Is the separation of powers between the Chairman and the CEO a vital part of maintaining an ethical company?
No single person should have too much power. In fact, the system of government in both the U.K. and the United States recognizes this reality with the checks and balances and the two-house approach. Furthermore, it is an important safeguard in the ethical running of a business. At Getty Images, we have had a separation of the roles of chairman and CEO from the moment we went public on the NASDAQ in July 1996. We came to this conclusion at the very start, and set up our company to reflect this with a separate chairman and CEO. In practice, we have found that this works very well. We complement each other, providing checks and balances in our company, without any negative side effects. It is possible that over time this will become a legal requirement for publicly traded companies and we would support this change.
Co-founder and CEO (not Chairman)
I think more credit is given to the value of separating the positions of chairman and CEO than is deserved. As long as the company performs well and the Chairman/CEO is ethical, there is not a problem. If the company gets into trouble or there is corruption then it was obvious that there should have been separation between the chairman and CEO duties.
For the separation of duties to be of any benefit, the chairman cannot be an employee. Actually, a lead director has the same benefit. Either way, it gives other directors a person to go to. It also gives the CEO someone to go to. In summary, I see some benefit but it certainly isn’t a cure-all. Each company has to evaluate its own circumstances. A strong executive committee can perform the same function and may be a better solution.
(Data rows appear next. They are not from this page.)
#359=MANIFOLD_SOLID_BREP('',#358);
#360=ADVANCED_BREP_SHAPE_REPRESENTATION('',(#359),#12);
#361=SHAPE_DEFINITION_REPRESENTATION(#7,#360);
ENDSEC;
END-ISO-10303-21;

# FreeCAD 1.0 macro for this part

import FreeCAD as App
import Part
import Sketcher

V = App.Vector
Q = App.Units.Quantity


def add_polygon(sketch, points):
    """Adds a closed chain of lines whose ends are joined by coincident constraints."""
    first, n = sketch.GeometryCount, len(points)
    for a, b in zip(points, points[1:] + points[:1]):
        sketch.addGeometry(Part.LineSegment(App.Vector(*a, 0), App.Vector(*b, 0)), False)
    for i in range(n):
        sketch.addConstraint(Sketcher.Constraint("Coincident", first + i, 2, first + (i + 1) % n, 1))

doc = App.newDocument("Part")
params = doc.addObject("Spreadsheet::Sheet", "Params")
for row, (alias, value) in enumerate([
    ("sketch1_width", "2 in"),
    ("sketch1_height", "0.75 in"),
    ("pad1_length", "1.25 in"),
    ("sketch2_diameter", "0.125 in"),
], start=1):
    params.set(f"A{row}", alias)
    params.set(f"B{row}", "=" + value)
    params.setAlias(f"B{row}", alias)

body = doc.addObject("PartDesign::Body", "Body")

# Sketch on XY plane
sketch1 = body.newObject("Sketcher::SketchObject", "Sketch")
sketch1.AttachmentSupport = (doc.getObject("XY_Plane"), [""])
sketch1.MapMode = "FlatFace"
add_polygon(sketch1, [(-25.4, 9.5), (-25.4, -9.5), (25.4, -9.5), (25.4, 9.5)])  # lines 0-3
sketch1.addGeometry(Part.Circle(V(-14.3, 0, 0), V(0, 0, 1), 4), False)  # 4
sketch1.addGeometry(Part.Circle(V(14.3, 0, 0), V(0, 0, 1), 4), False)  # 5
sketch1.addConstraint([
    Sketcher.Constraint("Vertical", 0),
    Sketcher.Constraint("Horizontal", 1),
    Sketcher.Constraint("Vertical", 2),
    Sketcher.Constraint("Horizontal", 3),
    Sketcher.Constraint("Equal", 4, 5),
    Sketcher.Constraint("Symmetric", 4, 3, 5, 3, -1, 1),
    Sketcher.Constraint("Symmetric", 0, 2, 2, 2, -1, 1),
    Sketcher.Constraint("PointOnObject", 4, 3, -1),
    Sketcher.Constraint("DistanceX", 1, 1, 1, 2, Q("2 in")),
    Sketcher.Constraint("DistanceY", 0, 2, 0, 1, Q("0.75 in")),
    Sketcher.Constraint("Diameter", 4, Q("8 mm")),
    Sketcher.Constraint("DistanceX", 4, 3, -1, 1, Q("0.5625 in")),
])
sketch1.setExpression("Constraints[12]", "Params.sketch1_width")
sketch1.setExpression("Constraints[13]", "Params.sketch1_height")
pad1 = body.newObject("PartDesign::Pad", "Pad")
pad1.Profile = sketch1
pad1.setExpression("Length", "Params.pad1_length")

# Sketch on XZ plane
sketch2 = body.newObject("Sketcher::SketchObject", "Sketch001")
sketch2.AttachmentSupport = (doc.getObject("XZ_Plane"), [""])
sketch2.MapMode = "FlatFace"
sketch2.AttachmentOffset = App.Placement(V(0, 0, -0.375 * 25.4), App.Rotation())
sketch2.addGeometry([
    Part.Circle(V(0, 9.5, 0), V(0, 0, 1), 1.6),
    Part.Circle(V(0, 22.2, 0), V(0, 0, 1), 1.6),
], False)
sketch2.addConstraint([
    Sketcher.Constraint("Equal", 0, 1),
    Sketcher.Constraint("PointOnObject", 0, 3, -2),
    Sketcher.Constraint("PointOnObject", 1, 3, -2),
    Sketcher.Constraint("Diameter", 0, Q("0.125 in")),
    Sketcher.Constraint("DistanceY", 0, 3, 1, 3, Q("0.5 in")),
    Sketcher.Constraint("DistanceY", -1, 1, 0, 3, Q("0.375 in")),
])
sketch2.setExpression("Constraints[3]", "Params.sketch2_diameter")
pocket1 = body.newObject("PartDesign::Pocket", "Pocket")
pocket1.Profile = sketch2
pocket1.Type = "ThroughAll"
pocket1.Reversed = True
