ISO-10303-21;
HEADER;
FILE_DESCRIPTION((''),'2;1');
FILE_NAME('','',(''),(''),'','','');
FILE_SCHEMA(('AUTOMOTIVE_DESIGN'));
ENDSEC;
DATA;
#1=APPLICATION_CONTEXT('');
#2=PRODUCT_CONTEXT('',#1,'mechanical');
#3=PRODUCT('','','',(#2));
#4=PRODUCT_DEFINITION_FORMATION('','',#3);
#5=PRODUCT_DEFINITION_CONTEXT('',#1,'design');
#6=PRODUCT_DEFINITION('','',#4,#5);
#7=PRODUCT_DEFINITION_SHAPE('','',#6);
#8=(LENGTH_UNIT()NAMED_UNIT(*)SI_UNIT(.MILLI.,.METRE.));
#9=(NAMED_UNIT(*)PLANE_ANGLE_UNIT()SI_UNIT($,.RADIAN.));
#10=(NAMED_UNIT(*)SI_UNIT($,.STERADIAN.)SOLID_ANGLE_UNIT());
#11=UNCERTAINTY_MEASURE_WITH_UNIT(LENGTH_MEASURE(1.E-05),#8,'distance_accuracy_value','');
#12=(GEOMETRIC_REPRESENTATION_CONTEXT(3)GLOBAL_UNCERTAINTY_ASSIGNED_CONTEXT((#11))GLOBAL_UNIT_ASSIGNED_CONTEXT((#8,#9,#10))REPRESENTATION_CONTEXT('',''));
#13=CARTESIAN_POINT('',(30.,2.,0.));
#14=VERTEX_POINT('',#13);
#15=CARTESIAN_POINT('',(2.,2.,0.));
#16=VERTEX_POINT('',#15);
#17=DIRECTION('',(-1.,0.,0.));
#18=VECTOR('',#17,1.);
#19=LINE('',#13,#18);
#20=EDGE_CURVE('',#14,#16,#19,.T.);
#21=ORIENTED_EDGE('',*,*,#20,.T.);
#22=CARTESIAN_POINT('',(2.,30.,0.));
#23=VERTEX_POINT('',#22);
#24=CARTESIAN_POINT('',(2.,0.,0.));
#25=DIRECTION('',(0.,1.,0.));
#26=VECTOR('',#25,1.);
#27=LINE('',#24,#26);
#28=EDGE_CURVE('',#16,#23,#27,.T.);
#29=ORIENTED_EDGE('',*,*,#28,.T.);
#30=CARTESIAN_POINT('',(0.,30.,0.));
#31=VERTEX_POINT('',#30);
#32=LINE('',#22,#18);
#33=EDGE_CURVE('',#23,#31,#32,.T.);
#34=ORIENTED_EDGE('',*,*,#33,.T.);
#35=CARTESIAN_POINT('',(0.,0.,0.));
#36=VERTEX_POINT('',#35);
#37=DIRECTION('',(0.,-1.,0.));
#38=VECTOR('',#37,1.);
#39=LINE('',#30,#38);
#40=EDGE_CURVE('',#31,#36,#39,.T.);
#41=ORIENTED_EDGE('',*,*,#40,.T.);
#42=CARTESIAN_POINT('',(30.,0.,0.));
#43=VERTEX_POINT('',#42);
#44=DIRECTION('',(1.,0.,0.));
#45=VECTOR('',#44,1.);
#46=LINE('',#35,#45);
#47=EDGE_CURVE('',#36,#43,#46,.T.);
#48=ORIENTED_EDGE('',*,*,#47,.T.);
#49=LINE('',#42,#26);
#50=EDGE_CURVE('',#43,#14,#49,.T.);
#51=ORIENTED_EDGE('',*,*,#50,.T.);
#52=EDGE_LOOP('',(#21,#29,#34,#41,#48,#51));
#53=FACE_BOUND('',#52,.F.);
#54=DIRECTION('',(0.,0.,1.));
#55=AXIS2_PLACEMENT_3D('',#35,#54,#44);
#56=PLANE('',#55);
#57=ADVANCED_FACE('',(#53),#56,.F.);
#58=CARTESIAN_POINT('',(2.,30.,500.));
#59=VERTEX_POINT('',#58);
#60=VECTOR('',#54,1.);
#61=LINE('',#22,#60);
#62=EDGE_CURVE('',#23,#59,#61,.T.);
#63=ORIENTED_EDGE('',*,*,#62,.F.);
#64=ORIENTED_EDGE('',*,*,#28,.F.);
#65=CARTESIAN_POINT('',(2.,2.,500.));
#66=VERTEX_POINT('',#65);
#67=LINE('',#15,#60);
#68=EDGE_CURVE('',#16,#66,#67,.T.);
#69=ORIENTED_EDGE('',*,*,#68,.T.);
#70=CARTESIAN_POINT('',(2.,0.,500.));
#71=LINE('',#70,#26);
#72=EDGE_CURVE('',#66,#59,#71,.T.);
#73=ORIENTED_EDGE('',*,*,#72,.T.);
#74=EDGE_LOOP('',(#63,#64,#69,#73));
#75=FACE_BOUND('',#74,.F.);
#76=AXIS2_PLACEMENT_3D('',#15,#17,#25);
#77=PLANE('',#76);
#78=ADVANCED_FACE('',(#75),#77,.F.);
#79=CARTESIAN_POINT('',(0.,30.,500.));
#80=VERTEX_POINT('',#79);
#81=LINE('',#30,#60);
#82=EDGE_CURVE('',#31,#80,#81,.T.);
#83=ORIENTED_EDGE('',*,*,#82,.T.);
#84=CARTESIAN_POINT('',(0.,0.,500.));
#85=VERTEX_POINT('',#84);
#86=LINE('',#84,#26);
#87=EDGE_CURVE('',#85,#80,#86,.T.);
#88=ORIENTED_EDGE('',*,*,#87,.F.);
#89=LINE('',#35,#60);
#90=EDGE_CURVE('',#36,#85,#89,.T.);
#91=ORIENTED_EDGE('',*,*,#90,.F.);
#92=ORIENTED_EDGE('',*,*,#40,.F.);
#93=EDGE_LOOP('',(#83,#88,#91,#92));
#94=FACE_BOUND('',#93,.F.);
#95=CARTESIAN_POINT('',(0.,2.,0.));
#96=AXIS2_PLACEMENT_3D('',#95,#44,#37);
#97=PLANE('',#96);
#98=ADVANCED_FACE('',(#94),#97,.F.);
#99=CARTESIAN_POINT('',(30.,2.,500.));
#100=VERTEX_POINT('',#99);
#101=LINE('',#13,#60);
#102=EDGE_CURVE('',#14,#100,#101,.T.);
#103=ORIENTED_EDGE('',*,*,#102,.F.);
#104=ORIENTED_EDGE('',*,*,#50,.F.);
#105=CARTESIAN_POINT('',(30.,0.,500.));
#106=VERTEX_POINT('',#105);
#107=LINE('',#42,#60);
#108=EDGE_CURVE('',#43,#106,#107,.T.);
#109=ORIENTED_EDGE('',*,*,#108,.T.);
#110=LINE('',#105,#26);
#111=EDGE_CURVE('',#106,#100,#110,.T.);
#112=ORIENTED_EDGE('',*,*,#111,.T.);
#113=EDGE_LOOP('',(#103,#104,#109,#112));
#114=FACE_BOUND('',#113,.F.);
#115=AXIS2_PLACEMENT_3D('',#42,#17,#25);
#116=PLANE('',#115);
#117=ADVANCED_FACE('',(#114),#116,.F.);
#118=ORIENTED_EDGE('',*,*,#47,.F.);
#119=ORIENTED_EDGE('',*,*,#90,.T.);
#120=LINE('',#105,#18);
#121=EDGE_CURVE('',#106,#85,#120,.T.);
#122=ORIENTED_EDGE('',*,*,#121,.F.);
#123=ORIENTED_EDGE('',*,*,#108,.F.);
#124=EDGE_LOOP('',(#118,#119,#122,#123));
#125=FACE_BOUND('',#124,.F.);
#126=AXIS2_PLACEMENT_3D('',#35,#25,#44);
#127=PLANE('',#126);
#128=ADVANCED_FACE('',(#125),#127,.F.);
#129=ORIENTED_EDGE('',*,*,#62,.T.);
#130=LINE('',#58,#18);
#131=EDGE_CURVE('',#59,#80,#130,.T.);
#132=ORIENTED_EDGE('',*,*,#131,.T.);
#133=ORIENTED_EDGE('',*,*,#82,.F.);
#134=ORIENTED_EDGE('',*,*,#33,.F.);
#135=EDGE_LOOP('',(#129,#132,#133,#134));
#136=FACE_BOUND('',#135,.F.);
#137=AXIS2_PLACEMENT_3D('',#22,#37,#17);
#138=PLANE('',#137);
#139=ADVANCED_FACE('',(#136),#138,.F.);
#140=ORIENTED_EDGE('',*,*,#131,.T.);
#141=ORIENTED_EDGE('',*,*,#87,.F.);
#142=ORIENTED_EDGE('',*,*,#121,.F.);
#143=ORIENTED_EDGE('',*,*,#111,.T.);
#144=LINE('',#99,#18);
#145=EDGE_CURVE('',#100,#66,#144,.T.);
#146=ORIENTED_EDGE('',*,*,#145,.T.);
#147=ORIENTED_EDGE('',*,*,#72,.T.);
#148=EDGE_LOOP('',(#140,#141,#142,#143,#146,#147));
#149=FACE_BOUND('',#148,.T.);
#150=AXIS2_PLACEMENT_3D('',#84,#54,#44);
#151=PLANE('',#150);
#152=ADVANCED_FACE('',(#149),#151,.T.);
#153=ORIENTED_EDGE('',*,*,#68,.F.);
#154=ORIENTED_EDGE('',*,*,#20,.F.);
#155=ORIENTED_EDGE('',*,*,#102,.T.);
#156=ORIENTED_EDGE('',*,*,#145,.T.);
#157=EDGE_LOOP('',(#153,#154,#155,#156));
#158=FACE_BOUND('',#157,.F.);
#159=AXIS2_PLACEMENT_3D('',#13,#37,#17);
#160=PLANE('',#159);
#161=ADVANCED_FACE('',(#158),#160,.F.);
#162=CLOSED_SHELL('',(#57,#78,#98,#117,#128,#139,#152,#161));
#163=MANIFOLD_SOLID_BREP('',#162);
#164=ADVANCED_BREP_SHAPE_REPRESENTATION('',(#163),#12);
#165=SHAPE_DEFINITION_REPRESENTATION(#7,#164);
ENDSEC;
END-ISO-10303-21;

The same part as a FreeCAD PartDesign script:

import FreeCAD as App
import Part
import Sketcher
from FreeCAD import Vector
Q = App.Units.Quantity

doc = App.newDocument("Part")
params = doc.addObject("Spreadsheet::Sheet", "Params")
for row, (alias, value) in enumerate([
    ("sketch1_width", "30 mm"),
    ("sketch1_width2", "2 mm"),
    ("pad1_length", "500 mm"),
], start=1):
    params.set(f"A{row}", alias)
    params.set(f"B{row}", "=" + value)
    params.setAlias(f"B{row}", alias)

body = doc.addObject("PartDesign::Body", "Body")

sketch1 = body.newObject("Sketcher::SketchObject", "Sketch")
sketch1.AttachmentSupport = (doc.getObject("XY_Plane"), [""])
sketch1.MapMode = "FlatFace"
sketch1.addGeometry(Part.LineSegment(Vector(0, 0, 0), Vector(30, 0, 0)), False)
sketch1.addGeometry(Part.LineSegment(Vector(30, 0, 0), Vector(30, 2, 0)), False)
sketch1.addGeometry(Part.LineSegment(Vector(30, 2, 0), Vector(2, 2, 0)), False)
sketch1.addGeometry(Part.LineSegment(Vector(2, 2, 0), Vector(2, 30, 0)), False)
sketch1.addGeometry(Part.LineSegment(Vector(2, 30, 0), Vector(0, 30, 0)), False)
sketch1.addGeometry(Part.LineSegment(Vector(0, 30, 0), Vector(0, 0, 0)), False)
sketch1.addConstraint(Sketcher.Constraint("Coincident", 0, 2, 1, 1))
sketch1.addConstraint(Sketcher.Constraint("Coincident", 1, 2, 2, 1))
sketch1.addConstraint(Sketcher.Constraint("Coincident", 2, 2, 3, 1))
sketch1.addConstraint(Sketcher.Constraint("Coincident", 3, 2, 4, 1))
sketch1.addConstraint(Sketcher.Constraint("Coincident", 4, 2, 5, 1))
sketch1.addConstraint(Sketcher.Constraint("Coincident", 5, 2, 0, 1))
sketch1.addConstraint(Sketcher.Constraint("Horizontal", 0))
sketch1.addConstraint(Sketcher.Constraint("Vertical", 1))
sketch1.addConstraint(Sketcher.Constraint("Horizontal", 2))
sketch1.addConstraint(Sketcher.Constraint("Vertical", 3))
sketch1.addConstraint(Sketcher.Constraint("Horizontal", 4))
sketch1.addConstraint(Sketcher.Constraint("Vertical", 5))
sketch1.addConstraint(Sketcher.Constraint("Coincident", 5, 2, -1, 1))
sketch1.addConstraint(Sketcher.Constraint("Equal", 4, 1))
sketch1.addConstraint(Sketcher.Constraint("Equal", 2, 3))
sketch1.addConstraint(Sketcher.Constraint("DistanceX", 0, 1, 0, 2, Q("30 mm")))
sketch1.addConstraint(Sketcher.Constraint("DistanceX", 4, 2, 4, 1, Q("2 mm")))
sketch1.setExpression("Constraints[15]", "Params.sketch1_width")
sketch1.setExpression("Constraints[16]", "Params.sketch1_width2")
pad1 = body.newObject("PartDesign::Pad", "Pad")
pad1.Profile = sketch1
pad1.setExpression("Length", "Params.pad1_length")

doc.recompute()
Historically, many companies have had the most recent retired CEO remain on the board and be chairman for a period of time. I don’t believe this is effective, because it’s confusing to other directors, and some employees, as to who is running the company.
There isn’t a perfect formula here and the situation should be looked at carefully for each company.
Chairman and CEO, SAFECO, retired
Yes, I think they should be handled by two separate people. This would allow for the board to have more input in helping the CEO make good decisions and act ethically. If the CEO and chairman are the same person they can use their power to influence the company’s direction with less team or board thinking. I have seen this cause problems in some organizations.
There is an excellent discussion on this topic in the new book Back to the Drawing Board: Designing Corporate Boards for a Complex World by Colin B. Carter and Jay W. Lorsch, Harvard Business School Press, 2004. This book will be reviewed in the next issue of Ethix.